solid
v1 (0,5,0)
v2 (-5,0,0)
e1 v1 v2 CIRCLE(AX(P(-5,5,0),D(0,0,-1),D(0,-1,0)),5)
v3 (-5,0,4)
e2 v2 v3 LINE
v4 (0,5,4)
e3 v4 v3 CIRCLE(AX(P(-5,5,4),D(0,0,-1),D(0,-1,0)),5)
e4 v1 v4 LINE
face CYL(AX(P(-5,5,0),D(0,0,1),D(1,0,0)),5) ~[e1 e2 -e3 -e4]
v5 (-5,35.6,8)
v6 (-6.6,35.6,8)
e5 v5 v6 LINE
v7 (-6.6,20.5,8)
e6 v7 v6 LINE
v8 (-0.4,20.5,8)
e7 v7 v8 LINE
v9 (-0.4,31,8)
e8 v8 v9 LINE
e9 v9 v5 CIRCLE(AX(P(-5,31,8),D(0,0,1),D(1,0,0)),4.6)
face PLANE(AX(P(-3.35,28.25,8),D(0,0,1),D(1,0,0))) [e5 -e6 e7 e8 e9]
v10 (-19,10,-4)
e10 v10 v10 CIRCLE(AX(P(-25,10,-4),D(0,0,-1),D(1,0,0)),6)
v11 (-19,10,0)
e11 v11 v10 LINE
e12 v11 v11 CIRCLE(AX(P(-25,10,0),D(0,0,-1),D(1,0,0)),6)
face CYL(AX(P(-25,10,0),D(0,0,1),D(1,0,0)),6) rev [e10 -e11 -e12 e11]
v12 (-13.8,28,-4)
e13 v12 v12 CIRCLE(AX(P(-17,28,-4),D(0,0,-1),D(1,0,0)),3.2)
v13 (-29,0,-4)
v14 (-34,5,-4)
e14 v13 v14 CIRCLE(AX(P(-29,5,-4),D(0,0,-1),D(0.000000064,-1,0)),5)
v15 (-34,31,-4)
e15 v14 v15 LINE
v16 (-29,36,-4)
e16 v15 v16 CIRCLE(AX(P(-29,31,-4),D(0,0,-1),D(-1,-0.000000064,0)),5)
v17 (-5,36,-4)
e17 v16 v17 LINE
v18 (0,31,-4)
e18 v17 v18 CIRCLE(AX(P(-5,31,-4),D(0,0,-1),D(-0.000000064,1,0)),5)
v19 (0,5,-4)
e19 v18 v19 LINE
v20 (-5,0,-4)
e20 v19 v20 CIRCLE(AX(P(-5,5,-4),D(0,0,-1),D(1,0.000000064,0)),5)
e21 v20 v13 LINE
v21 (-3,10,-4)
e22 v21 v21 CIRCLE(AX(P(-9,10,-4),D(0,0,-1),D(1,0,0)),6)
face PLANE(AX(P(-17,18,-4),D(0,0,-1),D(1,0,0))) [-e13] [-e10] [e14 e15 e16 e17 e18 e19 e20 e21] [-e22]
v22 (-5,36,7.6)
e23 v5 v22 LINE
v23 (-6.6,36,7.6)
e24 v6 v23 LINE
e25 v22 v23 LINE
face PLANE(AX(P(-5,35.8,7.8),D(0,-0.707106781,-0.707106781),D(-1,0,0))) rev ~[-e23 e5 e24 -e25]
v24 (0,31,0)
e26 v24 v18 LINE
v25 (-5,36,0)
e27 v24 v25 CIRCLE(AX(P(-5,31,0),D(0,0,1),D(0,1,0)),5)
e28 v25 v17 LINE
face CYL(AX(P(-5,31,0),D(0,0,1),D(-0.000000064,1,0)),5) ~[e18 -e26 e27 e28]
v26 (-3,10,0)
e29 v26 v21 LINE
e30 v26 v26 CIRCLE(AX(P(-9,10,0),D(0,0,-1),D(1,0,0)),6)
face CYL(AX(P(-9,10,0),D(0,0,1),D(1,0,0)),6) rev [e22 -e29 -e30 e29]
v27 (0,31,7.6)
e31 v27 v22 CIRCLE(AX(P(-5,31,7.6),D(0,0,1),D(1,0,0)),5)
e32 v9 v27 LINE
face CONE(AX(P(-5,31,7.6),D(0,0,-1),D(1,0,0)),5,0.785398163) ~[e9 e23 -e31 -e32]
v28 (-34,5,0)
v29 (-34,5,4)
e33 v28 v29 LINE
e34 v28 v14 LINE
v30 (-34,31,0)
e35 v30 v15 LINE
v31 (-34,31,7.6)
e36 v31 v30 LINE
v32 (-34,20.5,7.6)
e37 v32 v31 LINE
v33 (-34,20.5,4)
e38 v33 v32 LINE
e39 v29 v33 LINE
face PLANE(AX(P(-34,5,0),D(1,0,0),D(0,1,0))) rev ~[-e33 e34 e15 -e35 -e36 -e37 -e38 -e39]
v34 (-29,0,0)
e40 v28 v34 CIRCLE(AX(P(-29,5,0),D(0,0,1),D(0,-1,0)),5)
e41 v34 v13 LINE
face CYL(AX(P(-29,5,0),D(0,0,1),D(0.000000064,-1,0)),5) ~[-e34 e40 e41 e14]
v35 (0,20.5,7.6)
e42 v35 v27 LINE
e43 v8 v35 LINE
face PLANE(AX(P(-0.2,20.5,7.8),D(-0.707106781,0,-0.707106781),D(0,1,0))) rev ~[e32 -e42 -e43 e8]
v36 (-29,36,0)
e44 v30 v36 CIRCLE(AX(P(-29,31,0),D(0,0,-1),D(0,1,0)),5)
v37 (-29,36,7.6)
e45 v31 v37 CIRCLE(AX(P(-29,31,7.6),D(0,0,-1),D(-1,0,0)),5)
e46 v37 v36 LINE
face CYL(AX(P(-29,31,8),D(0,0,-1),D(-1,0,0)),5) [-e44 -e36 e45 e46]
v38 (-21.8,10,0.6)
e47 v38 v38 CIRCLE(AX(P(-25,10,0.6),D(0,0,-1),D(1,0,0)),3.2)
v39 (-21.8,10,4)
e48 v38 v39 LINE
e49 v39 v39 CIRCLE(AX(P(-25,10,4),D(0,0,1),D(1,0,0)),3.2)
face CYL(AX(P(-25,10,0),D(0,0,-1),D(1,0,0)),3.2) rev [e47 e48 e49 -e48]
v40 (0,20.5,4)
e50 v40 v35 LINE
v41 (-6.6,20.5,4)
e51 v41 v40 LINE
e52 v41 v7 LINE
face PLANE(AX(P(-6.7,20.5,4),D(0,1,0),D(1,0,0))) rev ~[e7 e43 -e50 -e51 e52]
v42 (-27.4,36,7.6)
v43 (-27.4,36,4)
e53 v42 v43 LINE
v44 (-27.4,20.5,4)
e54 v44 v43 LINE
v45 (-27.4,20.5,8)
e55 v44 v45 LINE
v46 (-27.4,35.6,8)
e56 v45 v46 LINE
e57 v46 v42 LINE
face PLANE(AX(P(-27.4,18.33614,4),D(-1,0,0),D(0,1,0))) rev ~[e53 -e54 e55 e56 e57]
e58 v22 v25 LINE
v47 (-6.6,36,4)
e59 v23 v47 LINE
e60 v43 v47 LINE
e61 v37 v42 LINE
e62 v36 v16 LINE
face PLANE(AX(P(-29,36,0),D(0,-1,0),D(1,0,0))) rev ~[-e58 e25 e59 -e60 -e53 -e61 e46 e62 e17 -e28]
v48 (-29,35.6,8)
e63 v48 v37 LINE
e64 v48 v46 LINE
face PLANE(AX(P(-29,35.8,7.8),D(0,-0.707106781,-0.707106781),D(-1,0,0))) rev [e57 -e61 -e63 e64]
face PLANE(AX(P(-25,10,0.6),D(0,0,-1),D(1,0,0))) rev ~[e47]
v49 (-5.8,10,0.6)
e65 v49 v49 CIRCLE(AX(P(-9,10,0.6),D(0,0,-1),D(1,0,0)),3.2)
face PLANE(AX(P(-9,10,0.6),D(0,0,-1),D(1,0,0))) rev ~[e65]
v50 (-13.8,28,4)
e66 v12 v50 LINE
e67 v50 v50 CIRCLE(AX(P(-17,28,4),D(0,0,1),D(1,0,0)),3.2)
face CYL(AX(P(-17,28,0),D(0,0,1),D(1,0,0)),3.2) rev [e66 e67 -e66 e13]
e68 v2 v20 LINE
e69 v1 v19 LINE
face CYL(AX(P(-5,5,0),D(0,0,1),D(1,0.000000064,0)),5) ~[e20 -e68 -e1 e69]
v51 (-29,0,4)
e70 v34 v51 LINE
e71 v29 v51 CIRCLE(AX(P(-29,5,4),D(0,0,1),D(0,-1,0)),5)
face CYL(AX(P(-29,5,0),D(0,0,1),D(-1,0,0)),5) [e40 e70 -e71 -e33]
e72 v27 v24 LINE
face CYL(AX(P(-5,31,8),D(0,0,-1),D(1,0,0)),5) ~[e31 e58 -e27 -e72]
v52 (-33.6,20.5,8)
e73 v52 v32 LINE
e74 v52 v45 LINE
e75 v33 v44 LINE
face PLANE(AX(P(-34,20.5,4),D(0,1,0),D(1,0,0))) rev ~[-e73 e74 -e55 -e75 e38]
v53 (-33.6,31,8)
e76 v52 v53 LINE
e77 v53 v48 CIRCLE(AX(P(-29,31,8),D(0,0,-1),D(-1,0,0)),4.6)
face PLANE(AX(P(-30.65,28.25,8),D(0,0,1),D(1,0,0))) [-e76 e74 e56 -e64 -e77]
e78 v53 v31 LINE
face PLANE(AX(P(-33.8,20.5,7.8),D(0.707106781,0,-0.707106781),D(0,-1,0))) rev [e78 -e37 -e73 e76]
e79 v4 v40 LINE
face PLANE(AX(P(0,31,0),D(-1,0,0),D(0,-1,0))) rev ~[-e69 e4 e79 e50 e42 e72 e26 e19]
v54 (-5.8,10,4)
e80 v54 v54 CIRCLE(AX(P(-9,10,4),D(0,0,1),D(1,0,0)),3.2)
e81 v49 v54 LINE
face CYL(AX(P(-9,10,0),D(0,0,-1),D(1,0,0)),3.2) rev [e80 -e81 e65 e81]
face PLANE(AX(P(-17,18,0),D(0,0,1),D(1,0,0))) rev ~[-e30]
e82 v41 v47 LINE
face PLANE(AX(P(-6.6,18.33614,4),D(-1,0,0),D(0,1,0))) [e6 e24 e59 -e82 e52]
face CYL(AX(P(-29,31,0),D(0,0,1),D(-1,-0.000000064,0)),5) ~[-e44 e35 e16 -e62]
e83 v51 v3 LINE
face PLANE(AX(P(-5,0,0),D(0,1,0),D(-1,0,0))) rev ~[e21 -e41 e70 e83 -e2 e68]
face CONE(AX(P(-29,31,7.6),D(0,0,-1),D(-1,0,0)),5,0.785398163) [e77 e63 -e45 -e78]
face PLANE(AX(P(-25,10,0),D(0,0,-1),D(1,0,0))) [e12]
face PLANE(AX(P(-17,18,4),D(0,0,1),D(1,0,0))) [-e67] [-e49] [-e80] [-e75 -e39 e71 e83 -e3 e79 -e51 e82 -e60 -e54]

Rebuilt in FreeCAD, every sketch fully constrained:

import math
import FreeCAD as App
import Part
import Sketcher


def edges_at(feature, points):
    """Names of the edges that pass closest to the given points."""
    edges = feature.Shape.Edges
    near = lambda p: min(range(len(edges)), key=lambda i: edges[i].distToShape(Part.Vertex(*p))[0])
    return sorted({f"Edge{near(p) + 1}" for p in points})


def add_polygon(sketch, points):
    """Adds a closed chain of lines whose ends are joined by coincident constraints."""
    first, n = sketch.GeometryCount, len(points)
    for a, b in zip(points, points[1:] + points[:1]):
        sketch.addGeometry(Part.LineSegment(App.Vector(*a, 0), App.Vector(*b, 0)), False)
    for i in range(n):
        sketch.addConstraint(Sketcher.Constraint("Coincident", first + i, 2, first + (i + 1) % n, 1))

doc = App.newDocument("Part")
body = doc.addObject("PartDesign::Body", "Body")

# Sketch on XY plane
sketch1 = body.newObject("Sketcher::SketchObject", "Sketch")
sketch1.AttachmentSupport = (doc.getObject("XY_Plane"), [""])
sketch1.MapMode = "FlatFace"
add_polygon(sketch1, [(-34, 36), (-34, 0), (0, 0), (0, 36)])  # lines 0-3
sketch1.addGeometry(Part.Circle(App.Vector(-25, 10, 0), App.Vector(0, 0, 1), 3.2), False)  # 4
sketch1.addGeometry(Part.Circle(App.Vector(-9, 10, 0), App.Vector(0, 0, 1), 3.2), False)  # 5
sketch1.addGeometry(Part.Circle(App.Vector(-17, 28, 0), App.Vector(0, 0, 1), 3.2), False)  # 6
sketch1.addConstraint(Sketcher.Constraint("Vertical", 0))
sketch1.addConstraint(Sketcher.Constraint("Horizontal", 1))
sketch1.addConstraint(Sketcher.Constraint("Vertical", 2))
sketch1.addConstraint(Sketcher.Constraint("Horizontal", 3))
sketch1.addConstraint(Sketcher.Constraint("Coincident", 1, 2, -1, 1))
sketch1.addConstraint(Sketcher.Constraint("Equal", 4, 5))
sketch1.addConstraint(Sketcher.Constraint("Equal", 5, 6))
sketch1.addConstraint(Sketcher.Constraint("Horizontal", 4, 3, 5, 3))
sketch1.addConstraint(Sketcher.Constraint("Diameter", 4, 6.4))
sketch1.addConstraint(Sketcher.Constraint("DistanceX", 1, 1, 1, 2, 34.0))
sketch1.addConstraint(Sketcher.Constraint("DistanceY", 0, 2, 0, 1, 36.0))
sketch1.addConstraint(Sketcher.Constraint("DistanceX", 4, 3, -1, 1, 25.0))
sketch1.addConstraint(Sketcher.Constraint("DistanceY", -1, 1, 4, 3, 10.0))
sketch1.addConstraint(Sketcher.Constraint("DistanceX", 5, 3, -1, 1, 9.0))
sketch1.addConstraint(Sketcher.Constraint("DistanceX", 6, 3, -1, 1, 17.0))
sketch1.addConstraint(Sketcher.Constraint("DistanceY", -1, 1, 6, 3, 28.0))
pad1 = body.newObject("PartDesign::Pad", "Pad")
pad1.Profile = sketch1
pad1.Length = 4

# Sketch on XY plane
sketch2 = body.newObject("Sketcher::SketchObject", "Sketch001")
sketch2.AttachmentSupport = (doc.getObject("XY_Plane"), [""])
sketch2.MapMode = "FlatFace"
sketch2.AttachmentOffset = App.Placement(App.Vector(0, 0, 4), App.Rotation())
add_polygon(sketch2, [(-34, 36), (-34, 20), (-27, 20), (-27, 36)])  # lines 0-3
add_polygon(sketch2, [(-7, 36), (-7, 20), (0, 20), (0, 36)])  # lines 4-7
sketch2.addConstraint(Sketcher.Constraint("Vertical", 0))
sketch2.addConstraint(Sketcher.Constraint("Horizontal", 1))
sketch2.addConstraint(Sketcher.Constraint("Vertical", 2))
sketch2.addConstraint(Sketcher.Constraint("Horizontal", 3))
sketch2.addConstraint(Sketcher.Constraint("Vertical", 4))
sketch2.addConstraint(Sketcher.Constraint("Horizontal", 5))
sketch2.addConstraint(Sketcher.Constraint("Vertical", 6))
sketch2.addConstraint(Sketcher.Constraint("Horizontal", 7))
sketch2.addConstraint(Sketcher.Constraint("PointOnObject", 5, 2, -2))
sketch2.addConstraint(Sketcher.Constraint("Horizontal", 1, 2, 4, 2))
sketch2.addConstraint(Sketcher.Constraint("Horizontal", 3, 2, 6, 2))
sketch2.addConstraint(Sketcher.Constraint("Equal", 3, 5))
sketch2.addConstraint(Sketcher.Constraint("DistanceX", 1, 1, 1, 2, 6.7))
sketch2.addConstraint(Sketcher.Constraint("DistanceY", 0, 2, 0, 1, 15.5))
sketch2.addConstraint(Sketcher.Constraint("DistanceX", 0, 2, -1, 1, 34.0))
sketch2.addConstraint(Sketcher.Constraint("DistanceY", -1, 1, 2, 2, 36.0))
pad2 = body.newObject("PartDesign::Pad", "Pad001")
pad2.Profile = sketch2
pad2.Length = 4
doc.recompute()

fillet = body.newObject("PartDesign::Fillet", "Fillet")
fillet.Base = (pad2, edges_at(pad2, [
    (-34, 0, 2),
    (0, 0, 2),
    (0, 36, 4),
    (0, 36, 4),
    (-34, 36, 4),
    (-34, 36, 4),
]))
fillet.Radius = 5

# Sketch on XY plane
sketch3 = body.newObject("Sketcher::SketchObject", "Sketch002")
sketch3.AttachmentSupport = (doc.getObject("XY_Plane"), [""])
sketch3.MapMode = "FlatFace"
sketch3.addGeometry(Part.LineSegment(App.Vector(-5, 0, 0), App.Vector(-29, 0, 0)), False)
sketch3.addGeometry(Part.ArcOfCircle(Part.Circle(App.Vector(-29, 5, 0), App.Vector(0, 0, 1), 5), math.radians(180), math.radians(270)), False)
sketch3.addGeometry(Part.LineSegment(App.Vector(-34, 5, 0), App.Vector(-34, 31, 0)), False)
sketch3.addGeometry(Part.ArcOfCircle(Part.Circle(App.Vector(-29, 31, 0), App.Vector(0, 0, 1), 5), math.radians(90), math.radians(180)), False)
sketch3.addGeometry(Part.LineSegment(App.Vector(-29, 36, 0), App.Vector(-5, 36, 0)), False)
sketch3.addGeometry(Part.ArcOfCircle(Part.Circle(App.Vector(-5, 31, 0), App.Vector(0, 0, 1), 5), math.radians(0), math.radians(90)), False)
sketch3.addGeometry(Part.LineSegment(App.Vector(0, 31, 0), App.Vector(0, 5, 0)), False)
sketch3.addGeometry(Part.ArcOfCircle(Part.Circle(App.Vector(-5, 5, 0), App.Vector(0, 0, 1), 5), math.radians(-90), math.radians(0)), False)
sketch3.addGeometry(Part.Circle(App.Vector(-17, 28, 0), App.Vector(0, 0, 1), 3.2), False)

Exercise ▸ From the entries above, return exactly the line containing "v26 (-3,10,0)", the line containing "v49 (-5.8,10,0.6)", and all lines between, and nothing else.

Reply ▸
v26 (-3,10,0)
e29 v26 v21 LINE
e30 v26 v26 CIRCLE(AX(P(-9,10,0),D(0,0,-1),D(1,0,0)),6)
face CYL(AX(P(-9,10,0),D(0,0,1),D(1,0,0)),6) rev [e22 -e29 -e30 e29]
v27 (0,31,7.6)
e31 v27 v22 CIRCLE(AX(P(-5,31,7.6),D(0,0,1),D(1,0,0)),5)
e32 v9 v27 LINE
face CONE(AX(P(-5,31,7.6),D(0,0,-1),D(1,0,0)),5,0.785398163) ~[e9 e23 -e31 -e32]
v28 (-34,5,0)
v29 (-34,5,4)
e33 v28 v29 LINE
e34 v28 v14 LINE
v30 (-34,31,0)
e35 v30 v15 LINE
v31 (-34,31,7.6)
e36 v31 v30 LINE
v32 (-34,20.5,7.6)
e37 v32 v31 LINE
v33 (-34,20.5,4)
e38 v33 v32 LINE
e39 v29 v33 LINE
face PLANE(AX(P(-34,5,0),D(1,0,0),D(0,1,0))) rev ~[-e33 e34 e15 -e35 -e36 -e37 -e38 -e39]
v34 (-29,0,0)
e40 v28 v34 CIRCLE(AX(P(-29,5,0),D(0,0,1),D(0,-1,0)),5)
e41 v34 v13 LINE
face CYL(AX(P(-29,5,0),D(0,0,1),D(0.000000064,-1,0)),5) ~[-e34 e40 e41 e14]
v35 (0,20.5,7.6)
e42 v35 v27 LINE
e43 v8 v35 LINE
face PLANE(AX(P(-0.2,20.5,7.8),D(-0.707106781,0,-0.707106781),D(0,1,0))) rev ~[e32 -e42 -e43 e8]
v36 (-29,36,0)
e44 v30 v36 CIRCLE(AX(P(-29,31,0),D(0,0,-1),D(0,1,0)),5)
v37 (-29,36,7.6)
e45 v31 v37 CIRCLE(AX(P(-29,31,7.6),D(0,0,-1),D(-1,0,0)),5)
e46 v37 v36 LINE
face CYL(AX(P(-29,31,8),D(0,0,-1),D(-1,0,0)),5) [-e44 -e36 e45 e46]
v38 (-21.8,10,0.6)
e47 v38 v38 CIRCLE(AX(P(-25,10,0.6),D(0,0,-1),D(1,0,0)),3.2)
v39 (-21.8,10,4)
e48 v38 v39 LINE
e49 v39 v39 CIRCLE(AX(P(-25,10,4),D(0,0,1),D(1,0,0)),3.2)
face CYL(AX(P(-25,10,0),D(0,0,-1),D(1,0,0)),3.2) rev [e47 e48 e49 -e48]
v40 (0,20.5,4)
e50 v40 v35 LINE
v41 (-6.6,20.5,4)
e51 v41 v40 LINE
e52 v41 v7 LINE
face PLANE(AX(P(-6.7,20.5,4),D(0,1,0),D(1,0,0))) rev ~[e7 e43 -e50 -e51 e52]
v42 (-27.4,36,7.6)
v43 (-27.4,36,4)
e53 v42 v43 LINE
v44 (-27.4,20.5,4)
e54 v44 v43 LINE
v45 (-27.4,20.5,8)
e55 v44 v45 LINE
v46 (-27.4,35.6,8)
e56 v45 v46 LINE
e57 v46 v42 LINE
face PLANE(AX(P(-27.4,18.33614,4),D(-1,0,0),D(0,1,0))) rev ~[e53 -e54 e55 e56 e57]
e58 v22 v25 LINE
v47 (-6.6,36,4)
e59 v23 v47 LINE
e60 v43 v47 LINE
e61 v37 v42 LINE
e62 v36 v16 LINE
face PLANE(AX(P(-29,36,0),D(0,-1,0),D(1,0,0))) rev ~[-e58 e25 e59 -e60 -e53 -e61 e46 e62 e17 -e28]
v48 (-29,35.6,8)
e63 v48 v37 LINE
e64 v48 v46 LINE
face PLANE(AX(P(-29,35.8,7.8),D(0,-0.707106781,-0.707106781),D(-1,0,0))) rev [e57 -e61 -e63 e64]
face PLANE(AX(P(-25,10,0.6),D(0,0,-1),D(1,0,0))) rev ~[e47]
v49 (-5.8,10,0.6)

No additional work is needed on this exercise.